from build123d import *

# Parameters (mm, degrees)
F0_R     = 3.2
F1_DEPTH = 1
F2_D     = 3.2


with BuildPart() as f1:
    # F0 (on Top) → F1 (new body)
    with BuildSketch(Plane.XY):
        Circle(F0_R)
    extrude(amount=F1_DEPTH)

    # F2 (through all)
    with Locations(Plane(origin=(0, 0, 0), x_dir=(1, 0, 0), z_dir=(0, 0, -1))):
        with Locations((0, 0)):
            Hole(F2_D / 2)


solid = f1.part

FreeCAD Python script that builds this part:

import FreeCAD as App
import Part
import Sketcher

V = App.Vector
Q = App.Units.Quantity

doc = App.newDocument("Part")
body = doc.addObject("PartDesign::Body", "Body")

sketch1 = body.newObject("Sketcher::SketchObject", "Sketch")
sketch1.AttachmentSupport = (doc.getObject("XY_Plane"), [""])
sketch1.MapMode = "FlatFace"
sketch1.addGeometry(Part.Circle(V(0, 0, 0), V(0, 0, 1), 3.2), False)
sketch1.addConstraint([
    Sketcher.Constraint("Coincident", 0, 3, -1, 1),
    Sketcher.Constraint("Diameter", 0, Q("6.4 mm")),
])
pad1 = body.newObject("PartDesign::Pad", "Pad")
pad1.Profile = sketch1
pad1.Length = 1

sketch2 = body.newObject("Sketcher::SketchObject", "Sketch001")
sketch2.AttachmentSupport = (doc.getObject("XY_Plane"), [""])
sketch2.MapMode = "FlatFace"
sketch2.addGeometry(Part.Circle(V(0, 0, 0), V(0, 0, 1), 1.6), False)
sketch2.addConstraint([
    Sketcher.Constraint("Coincident", 0, 3, -1, 1),
    Sketcher.Constraint("Diameter", 0, Q("3.2 mm")),
])
doc.recompute()
hole = body.newObject("PartDesign::Hole", "Hole")
hole.Profile = sketch2
hole.ThreadType = "None"
hole.Diameter = 3.2
hole.DepthType = "ThroughAll"
hole.Reversed = True

doc.recompute()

────────────────────

*Instructions for the task*. Write down, word for word, the lines above from the one containing "# F2 (through all)" through the one containing "FreeCAD Python script", both ends included.

*Answer to the problem*.
    # F2 (through all)
    with Locations(Plane(origin=(0, 0, 0), x_dir=(1, 0, 0), z_dir=(0, 0, -1))):
        with Locations((0, 0)):
            Hole(F2_D / 2)


solid = f1.part

FreeCAD Python script that builds this part:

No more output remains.